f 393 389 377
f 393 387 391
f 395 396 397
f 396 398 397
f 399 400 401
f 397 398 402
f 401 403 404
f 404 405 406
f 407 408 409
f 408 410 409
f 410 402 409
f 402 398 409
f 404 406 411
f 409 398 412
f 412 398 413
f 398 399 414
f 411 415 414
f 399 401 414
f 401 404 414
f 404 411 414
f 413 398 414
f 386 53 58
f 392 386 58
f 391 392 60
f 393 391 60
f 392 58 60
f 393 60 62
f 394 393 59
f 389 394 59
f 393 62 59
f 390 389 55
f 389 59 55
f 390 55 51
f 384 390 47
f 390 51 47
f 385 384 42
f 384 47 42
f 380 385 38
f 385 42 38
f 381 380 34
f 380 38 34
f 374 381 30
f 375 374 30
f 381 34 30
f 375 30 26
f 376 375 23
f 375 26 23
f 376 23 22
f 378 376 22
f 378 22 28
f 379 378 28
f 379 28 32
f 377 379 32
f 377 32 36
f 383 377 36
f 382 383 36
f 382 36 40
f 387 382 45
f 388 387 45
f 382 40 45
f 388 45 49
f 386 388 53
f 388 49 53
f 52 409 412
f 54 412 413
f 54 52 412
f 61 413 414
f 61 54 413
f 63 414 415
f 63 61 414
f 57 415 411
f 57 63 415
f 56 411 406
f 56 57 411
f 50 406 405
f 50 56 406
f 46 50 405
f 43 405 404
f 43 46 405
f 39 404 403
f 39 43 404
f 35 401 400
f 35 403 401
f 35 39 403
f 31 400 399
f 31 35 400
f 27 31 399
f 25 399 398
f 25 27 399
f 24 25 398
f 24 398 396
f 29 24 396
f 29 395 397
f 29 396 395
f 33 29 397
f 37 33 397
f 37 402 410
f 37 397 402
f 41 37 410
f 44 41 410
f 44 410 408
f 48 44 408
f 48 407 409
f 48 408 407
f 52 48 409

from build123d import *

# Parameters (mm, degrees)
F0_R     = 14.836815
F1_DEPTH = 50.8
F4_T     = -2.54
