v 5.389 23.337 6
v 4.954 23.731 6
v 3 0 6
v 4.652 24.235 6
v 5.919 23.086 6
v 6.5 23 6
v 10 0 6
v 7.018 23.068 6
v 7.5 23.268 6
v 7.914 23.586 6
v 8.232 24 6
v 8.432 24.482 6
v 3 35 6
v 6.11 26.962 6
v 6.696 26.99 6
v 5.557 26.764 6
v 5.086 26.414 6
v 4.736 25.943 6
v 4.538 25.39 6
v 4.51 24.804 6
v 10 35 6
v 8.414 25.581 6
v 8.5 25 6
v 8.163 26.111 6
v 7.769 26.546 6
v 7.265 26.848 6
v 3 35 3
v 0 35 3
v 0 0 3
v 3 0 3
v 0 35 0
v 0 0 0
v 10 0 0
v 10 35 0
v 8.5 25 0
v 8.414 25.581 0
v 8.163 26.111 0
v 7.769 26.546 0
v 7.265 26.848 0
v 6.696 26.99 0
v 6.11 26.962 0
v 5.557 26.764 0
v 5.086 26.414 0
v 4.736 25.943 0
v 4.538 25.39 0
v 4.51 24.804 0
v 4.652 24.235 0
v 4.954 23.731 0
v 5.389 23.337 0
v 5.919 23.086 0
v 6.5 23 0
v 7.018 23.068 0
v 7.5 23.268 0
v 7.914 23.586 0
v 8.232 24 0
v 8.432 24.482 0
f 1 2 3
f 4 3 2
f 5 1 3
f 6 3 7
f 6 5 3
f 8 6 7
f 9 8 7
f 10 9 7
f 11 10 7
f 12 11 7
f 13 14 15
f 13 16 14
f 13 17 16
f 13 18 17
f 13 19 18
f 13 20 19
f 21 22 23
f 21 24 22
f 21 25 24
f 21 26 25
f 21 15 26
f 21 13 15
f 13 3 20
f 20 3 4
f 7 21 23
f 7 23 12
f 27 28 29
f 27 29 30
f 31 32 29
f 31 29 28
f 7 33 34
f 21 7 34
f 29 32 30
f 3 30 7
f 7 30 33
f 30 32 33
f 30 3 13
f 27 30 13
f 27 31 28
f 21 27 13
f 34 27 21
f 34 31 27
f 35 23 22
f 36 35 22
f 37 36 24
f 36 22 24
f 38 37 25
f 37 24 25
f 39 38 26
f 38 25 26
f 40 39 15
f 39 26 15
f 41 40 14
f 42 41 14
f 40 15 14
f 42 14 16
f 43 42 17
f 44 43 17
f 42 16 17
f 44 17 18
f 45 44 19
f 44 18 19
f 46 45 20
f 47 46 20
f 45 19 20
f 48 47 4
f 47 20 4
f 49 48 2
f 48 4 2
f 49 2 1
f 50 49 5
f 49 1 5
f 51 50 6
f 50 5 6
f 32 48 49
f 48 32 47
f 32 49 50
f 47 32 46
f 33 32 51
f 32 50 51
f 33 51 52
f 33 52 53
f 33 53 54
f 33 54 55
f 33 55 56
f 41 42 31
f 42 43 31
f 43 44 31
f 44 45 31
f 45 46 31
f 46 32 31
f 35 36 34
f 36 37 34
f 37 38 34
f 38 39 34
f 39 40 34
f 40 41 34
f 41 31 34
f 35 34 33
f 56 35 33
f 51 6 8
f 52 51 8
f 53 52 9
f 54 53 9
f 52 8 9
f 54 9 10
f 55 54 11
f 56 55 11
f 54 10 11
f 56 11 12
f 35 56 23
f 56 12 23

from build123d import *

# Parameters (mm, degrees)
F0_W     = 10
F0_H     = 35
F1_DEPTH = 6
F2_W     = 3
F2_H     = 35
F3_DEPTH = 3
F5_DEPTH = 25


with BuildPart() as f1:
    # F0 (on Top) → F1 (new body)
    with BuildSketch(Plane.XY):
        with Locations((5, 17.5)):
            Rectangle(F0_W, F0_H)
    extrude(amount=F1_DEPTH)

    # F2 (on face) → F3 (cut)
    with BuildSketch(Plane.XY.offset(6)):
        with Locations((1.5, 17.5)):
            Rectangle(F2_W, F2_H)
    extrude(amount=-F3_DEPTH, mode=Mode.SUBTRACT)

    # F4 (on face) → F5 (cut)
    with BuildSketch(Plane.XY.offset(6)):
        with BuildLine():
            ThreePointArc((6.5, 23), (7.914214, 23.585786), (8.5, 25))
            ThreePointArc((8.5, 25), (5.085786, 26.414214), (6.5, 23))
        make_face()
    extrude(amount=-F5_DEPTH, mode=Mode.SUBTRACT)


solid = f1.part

__________

## What you need to do
Reproduce the material in full, keeping every line exactly as given.

## Final answer
f 393 389 377
f 393 387 391
f 395 396 397
f 396 398 397
f 399 400 401
f 397 398 402
f 401 403 404
f 404 405 406
f 407 408 409
f 408 410 409
f 410 402 409
f 402 398 409
f 404 406 411
f 409 398 412
f 412 398 413
f 398 399 414
f 411 415 414
f 399 401 414
f 401 404 414
f 404 411 414
f 413 398 414
f 386 53 58
f 392 386 58
f 391 392 60
f 393 391 60
f 392 58 60
f 393 60 62
f 394 393 59
f 389 394 59
f 393 62 59
f 390 389 55
f 389 59 55
f 390 55 51
f 384 390 47
f 390 51 47
f 385 384 42
f 384 47 42
f 380 385 38
f 385 42 38
f 381 380 34
f 380 38 34
f 374 381 30
f 375 374 30
f 381 34 30
f 375 30 26
f 376 375 23
f 375 26 23
f 376 23 22
f 378 376 22
f 378 22 28
f 379 378 28
f 379 28 32
f 377 379 32
f 377 32 36
f 383 377 36
f 382 383 36
f 382 36 40
f 387 382 45
f 388 387 45
f 382 40 45
f 388 45 49
f 386 388 53
f 388 49 53
f 52 409 412
f 54 412 413
f 54 52 412
f 61 413 414
f 61 54 413
f 63 414 415
f 63 61 414
f 57 415 411
f 57 63 415
f 56 411 406
f 56 57 411
f 50 406 405
f 50 56 406
f 46 50 405
f 43 405 404
f 43 46 405
f 39 404 403
f 39 43 404
f 35 401 400
f 35 403 401
f 35 39 403
f 31 400 399
f 31 35 400
f 27 31 399
f 25 399 398
f 25 27 399
f 24 25 398
f 24 398 396
f 29 24 396
f 29 395 397
f 29 396 395
f 33 29 397
f 37 33 397
f 37 402 410
f 37 397 402
f 41 37 410
f 44 41 410
f 44 410 408
f 48 44 408
f 48 407 409
f 48 408 407
f 52 48 409

from build123d import *

# Parameters (mm, degrees)
F0_R     = 14.836815
F1_DEPTH = 50.8
F4_T     = -2.54
v 5.389 23.337 6
v 4.954 23.731 6
v 3 0 6
v 4.652 24.235 6
v 5.919 23.086 6
v 6.5 23 6
v 10 0 6
v 7.018 23.068 6
v 7.5 23.268 6
v 7.914 23.586 6
v 8.232 24 6
v 8.432 24.482 6
v 3 35 6
v 6.11 26.962 6
v 6.696 26.99 6
v 5.557 26.764 6
v 5.086 26.414 6
v 4.736 25.943 6
v 4.538 25.39 6
v 4.51 24.804 6
v 10 35 6
v 8.414 25.581 6
v 8.5 25 6
v 8.163 26.111 6
v 7.769 26.546 6
v 7.265 26.848 6
v 3 35 3
v 0 35 3
v 0 0 3
v 3 0 3
v 0 35 0
v 0 0 0
v 10 0 0
v 10 35 0
v 8.5 25 0
v 8.414 25.581 0
v 8.163 26.111 0
v 7.769 26.546 0
v 7.265 26.848 0
v 6.696 26.99 0
v 6.11 26.962 0
v 5.557 26.764 0
v 5.086 26.414 0
v 4.736 25.943 0
v 4.538 25.39 0
v 4.51 24.804 0
v 4.652 24.235 0
v 4.954 23.731 0
v 5.389 23.337 0
v 5.919 23.086 0
v 6.5 23 0
v 7.018 23.068 0
v 7.5 23.268 0
v 7.914 23.586 0
v 8.232 24 0
v 8.432 24.482 0
f 1 2 3
f 4 3 2
f 5 1 3
f 6 3 7
f 6 5 3
f 8 6 7
f 9 8 7
f 10 9 7
f 11 10 7
f 12 11 7
f 13 14 15
f 13 16 14
f 13 17 16
f 13 18 17
f 13 19 18
f 13 20 19
f 21 22 23
f 21 24 22
f 21 25 24
f 21 26 25
f 21 15 26
f 21 13 15
f 13 3 20
f 20 3 4
f 7 21 23
f 7 23 12
f 27 28 29
f 27 29 30
f 31 32 29
f 31 29 28
f 7 33 34
f 21 7 34
f 29 32 30
f 3 30 7
f 7 30 33
f 30 32 33
f 30 3 13
f 27 30 13
f 27 31 28
f 21 27 13
f 34 27 21
f 34 31 27
f 35 23 22
f 36 35 22
f 37 36 24
f 36 22 24
f 38 37 25
f 37 24 25
f 39 38 26
f 38 25 26
f 40 39 15
f 39 26 15
f 41 40 14
f 42 41 14
f 40 15 14
f 42 14 16
f 43 42 17
f 44 43 17
f 42 16 17
f 44 17 18
f 45 44 19
f 44 18 19
f 46 45 20
f 47 46 20
f 45 19 20
f 48 47 4
f 47 20 4
f 49 48 2
f 48 4 2
f 49 2 1
f 50 49 5
f 49 1 5
f 51 50 6
f 50 5 6
f 32 48 49
f 48 32 47
f 32 49 50
f 47 32 46
f 33 32 51
f 32 50 51
f 33 51 52
f 33 52 53
f 33 53 54
f 33 54 55
f 33 55 56
f 41 42 31
f 42 43 31
f 43 44 31
f 44 45 31
f 45 46 31
f 46 32 31
f 35 36 34
f 36 37 34
f 37 38 34
f 38 39 34
f 39 40 34
f 40 41 34
f 41 31 34
f 35 34 33
f 56 35 33
f 51 6 8
f 52 51 8
f 53 52 9
f 54 53 9
f 52 8 9
f 54 9 10
f 55 54 11
f 56 55 11
f 54 10 11
f 56 11 12
f 35 56 23
f 56 12 23

from build123d import *

# Parameters (mm, degrees)
F0_W     = 10
F0_H     = 35
F1_DEPTH = 6
F2_W     = 3
F2_H     = 35
F3_DEPTH = 3
F5_DEPTH = 25


with BuildPart() as f1:
    # F0 (on Top) → F1 (new body)
    with BuildSketch(Plane.XY):
        with Locations((5, 17.5)):
            Rectangle(F0_W, F0_H)
    extrude(amount=F1_DEPTH)

    # F2 (on face) → F3 (cut)
    with BuildSketch(Plane.XY.offset(6)):
        with Locations((1.5, 17.5)):
            Rectangle(F2_W, F2_H)
    extrude(amount=-F3_DEPTH, mode=Mode.SUBTRACT)

    # F4 (on face) → F5 (cut)
    with BuildSketch(Plane.XY.offset(6)):
        with BuildLine():
            ThreePointArc((6.5, 23), (7.914214, 23.585786), (8.5, 25))
            ThreePointArc((8.5, 25), (5.085786, 26.414214), (6.5, 23))
        make_face()
    extrude(amount=-F5_DEPTH, mode=Mode.SUBTRACT)


solid = f1.part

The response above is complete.